Both Matt Murdock and Daredevil have become mythologized; they are larger-than life, almost flanderized versions of themselves. Without the time for navel-gazing, there is no time for Matt Murdock. There is so little subtlety left; his leadership, his religion, his savior complex all feel largely aesthetic, rather than chapters in a complex character study. Scardapane seems more interested in the iconography of Daredevil as a figure than in the psychological and spiritual conditions of superheroism.
The limited screentime and lack of interiority lead to a wide psychic distance between Matt and the audience. In fact, if I hadn’t come into the show already in love with Matt Murdock as a character, I don’t know that I’d care much about him at all. The writers just didn’t put in the necessary work to invest us in their own protagonist.
What Exactly Is Born Again?
Ultimately, Born Again cannot decide what kind of show it wants to be. Is it a new show, practically divorced from the original? Or is it a direct continuation and spiritual successor? Stylistically and aesthetically, it’s new. Tonally, it’s trying to be both, and comes off as mismatched. The writing style seems to mimic the Netflix show while fundamentally misunderstanding what made it great.
Born Again relies on nostalgia bait, while selectively revising and ignoring the continuity. Character traits—like Foggy’s desire for money, and Matt’s (somewhat self-righteous) fixation with morality over legality—are retconned for the sake of plot convenience. Characters like Matt and Karen have changed and grown from Netflix’s Daredevil, but Born Again is uninterested in showing us how they got there. Born Again invites comparison to the original all while failing to include the special ingredient that set Daredevil apart. The ingredient that Scardapane so contemptuously referred to as “navel-gazing.”

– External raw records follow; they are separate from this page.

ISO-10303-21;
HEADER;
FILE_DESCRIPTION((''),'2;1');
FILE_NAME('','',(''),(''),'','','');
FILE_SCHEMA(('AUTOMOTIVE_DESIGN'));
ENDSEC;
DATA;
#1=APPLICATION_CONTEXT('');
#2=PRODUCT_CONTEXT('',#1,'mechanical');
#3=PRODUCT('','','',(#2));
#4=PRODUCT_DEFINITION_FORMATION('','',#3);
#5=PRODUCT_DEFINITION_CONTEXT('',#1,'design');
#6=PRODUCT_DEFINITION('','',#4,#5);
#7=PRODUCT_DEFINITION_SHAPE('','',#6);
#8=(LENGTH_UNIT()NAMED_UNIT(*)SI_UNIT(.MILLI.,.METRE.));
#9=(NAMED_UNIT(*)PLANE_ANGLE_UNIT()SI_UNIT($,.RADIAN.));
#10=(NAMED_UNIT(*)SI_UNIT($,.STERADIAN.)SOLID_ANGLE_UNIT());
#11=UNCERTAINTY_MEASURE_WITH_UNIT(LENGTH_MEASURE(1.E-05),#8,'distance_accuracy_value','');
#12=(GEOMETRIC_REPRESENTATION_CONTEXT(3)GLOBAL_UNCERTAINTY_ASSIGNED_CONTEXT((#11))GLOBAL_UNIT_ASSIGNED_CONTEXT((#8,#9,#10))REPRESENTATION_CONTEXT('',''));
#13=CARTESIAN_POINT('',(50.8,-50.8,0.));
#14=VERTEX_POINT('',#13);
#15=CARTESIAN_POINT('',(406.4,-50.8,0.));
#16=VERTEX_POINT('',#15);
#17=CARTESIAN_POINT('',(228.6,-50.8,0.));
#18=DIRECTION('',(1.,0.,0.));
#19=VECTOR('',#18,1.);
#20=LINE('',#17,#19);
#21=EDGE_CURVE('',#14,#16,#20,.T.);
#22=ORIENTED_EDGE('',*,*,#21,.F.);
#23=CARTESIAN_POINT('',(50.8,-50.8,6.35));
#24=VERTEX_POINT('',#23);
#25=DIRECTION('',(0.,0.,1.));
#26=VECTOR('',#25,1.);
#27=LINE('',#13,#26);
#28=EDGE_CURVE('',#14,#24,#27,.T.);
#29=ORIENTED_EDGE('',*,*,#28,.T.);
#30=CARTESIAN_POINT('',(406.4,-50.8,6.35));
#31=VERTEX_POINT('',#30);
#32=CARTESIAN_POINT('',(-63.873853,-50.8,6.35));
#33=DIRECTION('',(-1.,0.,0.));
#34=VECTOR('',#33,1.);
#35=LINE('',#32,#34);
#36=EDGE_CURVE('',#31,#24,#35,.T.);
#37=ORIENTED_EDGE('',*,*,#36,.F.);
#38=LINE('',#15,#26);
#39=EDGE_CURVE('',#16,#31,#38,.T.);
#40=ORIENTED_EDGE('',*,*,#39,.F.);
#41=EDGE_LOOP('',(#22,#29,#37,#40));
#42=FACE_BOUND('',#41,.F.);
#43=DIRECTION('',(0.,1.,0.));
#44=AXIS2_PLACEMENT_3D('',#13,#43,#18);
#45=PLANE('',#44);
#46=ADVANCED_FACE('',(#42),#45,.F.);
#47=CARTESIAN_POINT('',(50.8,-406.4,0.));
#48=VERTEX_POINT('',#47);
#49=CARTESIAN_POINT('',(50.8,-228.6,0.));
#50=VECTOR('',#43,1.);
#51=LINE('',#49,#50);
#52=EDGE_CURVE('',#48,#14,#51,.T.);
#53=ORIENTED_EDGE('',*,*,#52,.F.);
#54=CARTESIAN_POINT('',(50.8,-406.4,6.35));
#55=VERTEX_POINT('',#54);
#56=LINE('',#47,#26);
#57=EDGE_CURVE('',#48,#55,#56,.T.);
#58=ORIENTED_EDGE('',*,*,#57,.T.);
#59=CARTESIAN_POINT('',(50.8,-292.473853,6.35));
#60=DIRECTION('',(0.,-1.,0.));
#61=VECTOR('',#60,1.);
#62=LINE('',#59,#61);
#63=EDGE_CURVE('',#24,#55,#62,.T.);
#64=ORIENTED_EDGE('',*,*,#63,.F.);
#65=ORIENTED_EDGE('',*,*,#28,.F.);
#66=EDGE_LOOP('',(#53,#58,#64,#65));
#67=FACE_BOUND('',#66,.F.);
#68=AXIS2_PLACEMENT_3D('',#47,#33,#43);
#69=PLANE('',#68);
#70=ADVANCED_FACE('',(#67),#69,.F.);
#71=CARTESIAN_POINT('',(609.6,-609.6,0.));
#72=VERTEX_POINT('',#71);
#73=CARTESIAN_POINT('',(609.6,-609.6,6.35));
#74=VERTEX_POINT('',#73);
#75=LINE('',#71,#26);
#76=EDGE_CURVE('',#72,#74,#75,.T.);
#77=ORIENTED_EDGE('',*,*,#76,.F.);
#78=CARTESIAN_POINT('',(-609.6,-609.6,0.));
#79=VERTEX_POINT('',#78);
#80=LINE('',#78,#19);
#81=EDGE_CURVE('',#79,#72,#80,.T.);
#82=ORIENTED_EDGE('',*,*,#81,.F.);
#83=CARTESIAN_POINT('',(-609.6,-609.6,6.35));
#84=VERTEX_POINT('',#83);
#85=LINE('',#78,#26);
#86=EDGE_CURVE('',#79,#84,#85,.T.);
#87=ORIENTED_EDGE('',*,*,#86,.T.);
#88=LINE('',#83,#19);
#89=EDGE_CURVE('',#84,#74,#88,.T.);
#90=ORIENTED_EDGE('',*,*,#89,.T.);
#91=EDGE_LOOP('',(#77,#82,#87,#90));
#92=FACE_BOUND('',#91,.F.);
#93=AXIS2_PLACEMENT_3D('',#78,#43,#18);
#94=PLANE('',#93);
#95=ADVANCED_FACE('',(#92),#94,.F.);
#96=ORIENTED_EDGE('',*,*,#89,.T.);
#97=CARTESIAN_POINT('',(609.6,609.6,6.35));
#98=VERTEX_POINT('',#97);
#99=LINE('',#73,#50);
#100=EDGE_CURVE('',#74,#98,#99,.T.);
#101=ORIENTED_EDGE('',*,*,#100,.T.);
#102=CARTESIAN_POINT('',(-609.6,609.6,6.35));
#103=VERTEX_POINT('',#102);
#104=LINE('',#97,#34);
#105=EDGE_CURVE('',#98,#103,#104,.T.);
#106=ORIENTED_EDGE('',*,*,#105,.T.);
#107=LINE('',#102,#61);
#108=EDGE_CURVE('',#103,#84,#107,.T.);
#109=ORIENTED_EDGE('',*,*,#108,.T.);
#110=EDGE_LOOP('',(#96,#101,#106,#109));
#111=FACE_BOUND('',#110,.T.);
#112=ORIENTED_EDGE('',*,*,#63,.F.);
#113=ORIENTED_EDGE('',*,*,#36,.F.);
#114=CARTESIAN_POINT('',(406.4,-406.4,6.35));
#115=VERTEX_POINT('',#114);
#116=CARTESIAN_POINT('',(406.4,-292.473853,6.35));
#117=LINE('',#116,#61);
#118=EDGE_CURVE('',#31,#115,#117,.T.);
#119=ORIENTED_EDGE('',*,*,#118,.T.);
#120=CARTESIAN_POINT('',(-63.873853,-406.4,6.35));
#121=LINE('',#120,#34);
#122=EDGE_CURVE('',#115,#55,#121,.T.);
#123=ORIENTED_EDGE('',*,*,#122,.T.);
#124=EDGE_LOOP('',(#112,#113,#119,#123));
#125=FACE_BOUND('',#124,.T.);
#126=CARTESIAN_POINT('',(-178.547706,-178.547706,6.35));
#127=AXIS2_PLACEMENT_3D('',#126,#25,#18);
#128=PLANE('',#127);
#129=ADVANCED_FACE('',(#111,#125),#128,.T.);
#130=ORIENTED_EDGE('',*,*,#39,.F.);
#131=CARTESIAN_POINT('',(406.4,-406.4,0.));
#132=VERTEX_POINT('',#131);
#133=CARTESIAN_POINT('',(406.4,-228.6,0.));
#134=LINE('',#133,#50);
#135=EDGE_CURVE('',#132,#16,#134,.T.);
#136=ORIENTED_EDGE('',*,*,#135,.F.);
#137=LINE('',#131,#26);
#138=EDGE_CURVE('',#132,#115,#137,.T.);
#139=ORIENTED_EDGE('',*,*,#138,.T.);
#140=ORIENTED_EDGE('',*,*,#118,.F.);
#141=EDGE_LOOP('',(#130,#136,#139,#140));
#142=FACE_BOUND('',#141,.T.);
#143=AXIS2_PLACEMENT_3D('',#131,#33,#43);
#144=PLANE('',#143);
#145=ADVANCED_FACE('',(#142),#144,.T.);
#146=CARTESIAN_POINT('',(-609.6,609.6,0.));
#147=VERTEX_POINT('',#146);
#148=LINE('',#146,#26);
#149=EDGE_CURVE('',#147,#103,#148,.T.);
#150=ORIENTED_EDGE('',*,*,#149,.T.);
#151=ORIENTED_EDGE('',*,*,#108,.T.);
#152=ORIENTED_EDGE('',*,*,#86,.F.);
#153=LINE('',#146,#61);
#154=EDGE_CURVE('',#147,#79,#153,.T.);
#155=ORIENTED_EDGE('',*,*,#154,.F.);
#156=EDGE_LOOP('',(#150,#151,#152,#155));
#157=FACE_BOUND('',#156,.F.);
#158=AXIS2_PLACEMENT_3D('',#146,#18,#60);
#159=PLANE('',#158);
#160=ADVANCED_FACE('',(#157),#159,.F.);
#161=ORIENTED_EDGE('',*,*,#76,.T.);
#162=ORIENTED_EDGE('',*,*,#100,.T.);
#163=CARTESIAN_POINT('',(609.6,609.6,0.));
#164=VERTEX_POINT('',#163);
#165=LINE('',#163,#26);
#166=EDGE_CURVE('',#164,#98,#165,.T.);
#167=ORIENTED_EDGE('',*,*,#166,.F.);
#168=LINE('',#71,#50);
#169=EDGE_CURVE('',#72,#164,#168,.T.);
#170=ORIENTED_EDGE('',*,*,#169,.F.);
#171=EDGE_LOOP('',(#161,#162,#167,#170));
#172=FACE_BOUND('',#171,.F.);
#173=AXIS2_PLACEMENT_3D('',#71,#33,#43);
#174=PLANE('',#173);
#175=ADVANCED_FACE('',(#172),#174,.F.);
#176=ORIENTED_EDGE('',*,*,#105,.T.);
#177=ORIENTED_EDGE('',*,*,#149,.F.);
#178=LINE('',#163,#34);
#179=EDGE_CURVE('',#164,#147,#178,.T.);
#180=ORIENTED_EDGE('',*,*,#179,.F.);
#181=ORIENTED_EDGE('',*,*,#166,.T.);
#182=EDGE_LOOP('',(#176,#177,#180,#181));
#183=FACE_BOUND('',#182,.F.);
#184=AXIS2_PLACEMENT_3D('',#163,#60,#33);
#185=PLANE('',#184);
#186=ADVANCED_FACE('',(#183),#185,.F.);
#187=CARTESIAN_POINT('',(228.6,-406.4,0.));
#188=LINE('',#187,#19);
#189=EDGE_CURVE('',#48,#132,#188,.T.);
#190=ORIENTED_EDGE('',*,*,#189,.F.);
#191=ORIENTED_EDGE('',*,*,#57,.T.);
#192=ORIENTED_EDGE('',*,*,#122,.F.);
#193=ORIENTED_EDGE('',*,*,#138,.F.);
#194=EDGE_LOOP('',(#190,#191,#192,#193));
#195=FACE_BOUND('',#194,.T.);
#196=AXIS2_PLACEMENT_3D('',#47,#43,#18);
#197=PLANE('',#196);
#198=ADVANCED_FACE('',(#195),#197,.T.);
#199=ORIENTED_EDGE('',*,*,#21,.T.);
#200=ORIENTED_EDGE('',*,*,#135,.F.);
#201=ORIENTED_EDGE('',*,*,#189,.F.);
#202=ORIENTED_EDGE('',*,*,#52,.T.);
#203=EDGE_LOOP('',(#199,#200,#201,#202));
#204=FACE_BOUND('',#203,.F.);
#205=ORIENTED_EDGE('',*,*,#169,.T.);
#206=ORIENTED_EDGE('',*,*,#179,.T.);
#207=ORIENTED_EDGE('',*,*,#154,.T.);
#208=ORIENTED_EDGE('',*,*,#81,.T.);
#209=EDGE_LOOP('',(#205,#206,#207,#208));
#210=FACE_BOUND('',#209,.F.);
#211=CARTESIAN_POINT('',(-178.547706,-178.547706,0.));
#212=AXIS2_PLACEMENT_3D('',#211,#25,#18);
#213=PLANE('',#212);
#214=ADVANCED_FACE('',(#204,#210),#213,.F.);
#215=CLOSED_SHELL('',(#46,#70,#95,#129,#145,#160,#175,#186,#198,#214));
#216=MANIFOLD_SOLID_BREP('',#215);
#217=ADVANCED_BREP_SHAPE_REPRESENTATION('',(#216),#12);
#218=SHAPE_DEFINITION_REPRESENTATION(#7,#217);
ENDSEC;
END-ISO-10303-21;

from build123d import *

# Parameters (mm, degrees)
F1_DEPTH = 6.35
F2_W     = 355.6
F2_H     = 355.6
F3_DEPTH = 25.4


with BuildPart() as f1:
    # F0 (on Top) → F1 (new body)
    with BuildSketch(Plane.XY):
        Polygon((609.6, -609.6), (-609.6, 609.6), (-609.6, -609.6), align=None)
        Polygon((609.6, 609.6), (-609.6, 609.6), (609.6, -609.6), align=None)
    extrude(amount=F1_DEPTH)

    # F2 (on Top) → F3 (cut)
    with BuildSketch(Plane.XY):
        with Locations((228.6, -228.6)):
            Rectangle(F2_W, F2_H)
    extrude(amount=F3_DEPTH, mode=Mode.SUBTRACT)


solid = f1.part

Netflix Daredevil elevated the superhero genre into something thoughtful, exploratory, and artistic. Its fingerprints can be seen in a lot of superhero media since then, like The Batman, Moon Knight, and The Penguin. But the show that should have followed most closely in that legacy, Daredevil: Born Again, has fallen back into the pool of average (albeit fun) cape shows. It has lost what made Daredevil so special.
In rejecting navel-gazing, Dario Scardapane has rejected the very soul of Daredevil.